Still on the same book. Still on the opening (the only part I've read so far). Has anyone else been struck between the similarity of the scene in the arrivals hall at Heathrow described by Ian McEwan and that which opens the film Love Actually? In Ian McEwan's words: 'If one ever wanted proof of Darwin's contention that the many expressions of emotion in humans are universal, genetically inscribed, then a few minutes by the arrivals gate of Heathrow's Terminal Four should suffice. I saw the same joy, the same uncontrollable smile, in the faces of a Nigerian earth mama, a thin-lipped Scottish granny and a pale, correct Japanese businessman as they wheeled their trolleys in. ... the variety was in private dramas ... but mostly it was smiles and hugs, and thirty-five minutes I experienced more than fifty theatrical happy endings.'

And in the words of scriptwriter Richard Curtis:

'Whenever I get gloomy with the state of the world, I think about the arrivals gate at Heathrow Airport.
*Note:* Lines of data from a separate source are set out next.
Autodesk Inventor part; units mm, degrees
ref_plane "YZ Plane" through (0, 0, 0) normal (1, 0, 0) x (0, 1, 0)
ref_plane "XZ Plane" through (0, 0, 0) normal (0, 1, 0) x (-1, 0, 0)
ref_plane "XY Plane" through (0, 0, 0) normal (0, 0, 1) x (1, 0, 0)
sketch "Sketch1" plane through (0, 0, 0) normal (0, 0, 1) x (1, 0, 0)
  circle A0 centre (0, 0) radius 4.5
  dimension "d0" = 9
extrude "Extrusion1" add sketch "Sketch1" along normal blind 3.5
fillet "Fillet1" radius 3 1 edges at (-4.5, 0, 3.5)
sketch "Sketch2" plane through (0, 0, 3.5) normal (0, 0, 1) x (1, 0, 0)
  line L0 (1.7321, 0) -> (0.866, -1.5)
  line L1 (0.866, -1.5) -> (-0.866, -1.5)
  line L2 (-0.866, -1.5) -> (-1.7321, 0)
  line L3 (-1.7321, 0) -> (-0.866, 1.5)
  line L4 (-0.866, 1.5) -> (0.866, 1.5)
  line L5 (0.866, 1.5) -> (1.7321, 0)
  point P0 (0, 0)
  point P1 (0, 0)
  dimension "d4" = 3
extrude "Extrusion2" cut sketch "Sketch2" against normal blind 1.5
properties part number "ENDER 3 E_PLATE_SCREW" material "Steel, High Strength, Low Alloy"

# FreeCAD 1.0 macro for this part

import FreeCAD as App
import Part
import Sketcher
from FreeCAD import Vector


def edges_at(feature, points):
    """Names of the edges that pass closest to the given points."""
    edges = feature.Shape.Edges
    near = lambda p: min(range(len(edges)), key=lambda i: edges[i].distToShape(Part.Vertex(*p))[0])
    return sorted({f"Edge{near(p) + 1}" for p in points})

doc = App.newDocument("Part")
params = doc.addObject("Spreadsheet::Sheet", "Params")
for row, (alias, value) in enumerate([
    ("sketch1_diameter", "9 mm"),
    ("pad1_length", "3.5 mm"),
    ("fillet_radius", "3 mm"),
    ("pocket1_length", "1.5 mm"),
], start=1):
    params.set(f"A{row}", alias)
    params.set(f"B{row}", "=" + value)
    params.setAlias(f"B{row}", alias)

body = doc.addObject("PartDesign::Body", "Body")

# Sketch on XY plane
sketch1 = doc.addObject("Sketcher::SketchObject", "Sketch")
body.addObject(sketch1)
sketch1.AttachmentSupport = (doc.XY_Plane, [""])
sketch1.MapMode = "FlatFace"
sketch1.addGeometry(Part.Circle(Vector(0, 0, 0), Vector(0, 0, 1), 4.5), False)
sketch1.addConstraint(Sketcher.Constraint("Coincident", 0, 3, -1, 1))
sketch1.addConstraint(Sketcher.Constraint("Diameter", 0, 9.0))
sketch1.setExpression("Constraints[1]", "Params.sketch1_diameter")
pad1 = doc.addObject("PartDesign::Pad", "Pad")
body.addObject(pad1)
pad1.Profile = sketch1
pad1.setExpression("Length", "Params.pad1_length")
doc.recompute()

fillet = doc.addObject("PartDesign::Fillet", "Fillet")
body.addObject(fillet)
fillet.Base = (pad1, edges_at(pad1, [(-4.5, 0, 3.5)]))
fillet.setExpression("Radius", "Params.fillet_radius")

# Sketch on XY plane
sketch2 = doc.addObject("Sketcher::SketchObject", "Sketch001")
body.addObject(sketch2)
sketch2.AttachmentSupport = (doc.XY_Plane, [""])
sketch2.MapMode = "FlatFace"
sketch2.AttachmentOffset = App.Placement(Vector(0, 0, 3.5), App.Rotation())
sketch2.addGeometry(Part.LineSegment(Vector(0.9, -1.5, 0), Vector(1.7, 0, 0)), False)
sketch2.addGeometry(Part.LineSegment(Vector(1.7, 0, 0), Vector(0.9, 1.5, 0)), False)
sketch2.addGeometry(Part.LineSegment(Vector(0.9, 1.5, 0), Vector(-0.9, 1.5, 0)), False)
sketch2.addGeometry(Part.LineSegment(Vector(-0.9, 1.5, 0), Vector(-1.7, 0, 0)), False)
sketch2.addGeometry(Part.LineSegment(Vector(-1.7, 0, 0), Vector(-0.9, -1.5, 0)), False)
sketch2.addGeometry(Part.LineSegment(Vector(-0.9, -1.5, 0), Vector(0.9, -1.5, 0)), False)
sketch2.addConstraint(Sketcher.Constraint("Coincident", 0, 2, 1, 1))
sketch2.addConstraint(Sketcher.Constraint("Coincident", 1, 2, 2, 1))
sketch2.addConstraint(Sketcher.Constraint("Coincident", 2, 2, 3, 1))
sketch2.addConstraint(Sketcher.Constraint("Coincident", 3, 2, 4, 1))
sketch2.addConstraint(Sketcher.Constraint("Coincident", 4, 2, 5, 1))
sketch2.addConstraint(Sketcher.Constraint("Coincident", 5, 2, 0, 1))
sketch2.addConstraint(Sketcher.Constraint("Horizontal", 2))
sketch2.addConstraint(Sketcher.Constraint("Horizontal", 5))
sketch2.addConstraint(Sketcher.Constraint("Symmetric", 0, 2, 3, 2, -1, 1))
sketch2.addConstraint(Sketcher.Constraint("Symmetric", 1, 2, 4, 2, -1, 1))
sketch2.addConstraint(Sketcher.Constraint("PointOnObject", 0, 2, -1))
sketch2.addConstraint(Sketcher.Constraint("Parallel", 0, 3))
sketch2.addConstraint(Sketcher.Constraint("Vertical", 2, 2, 4, 2))
sketch2.addConstraint(Sketcher.Constraint("DistanceY", 4, 2, 2, 2, 3.0))
sketch2.addConstraint(Sketcher.Constraint("DistanceX", 2, 2, 2, 1, 1.732))
sketch2.addConstraint(Sketcher.Constraint("Distance", 0, 1.732))
pocket1 = doc.addObject("PartDesign::Pocket", "Pocket")
body.addObject(pocket1)
pocket1.Profile = sketch2
pocket1.setExpression("Length", "Params.pocket1_length")

doc.recompute()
General opinion's starting to make out that we live in a world of hatred and greed, but I don't see that. It seems to me that love is everywhere. Often it's not particularly dignified or newsworthy, but it's always there - fathers and sons, mothers and daughters, husbands and wives, boyfriends, girlfriends, old friends. When the planes hit the Twin Towers, as far as I know none of the phone calls from the people on board were messages of hate or revenge - they were all messages of love. If you look for it, I've got a sneaking suspision love actually is all around.'

The language and style may differ, but the sentiment's identical. Intriguing.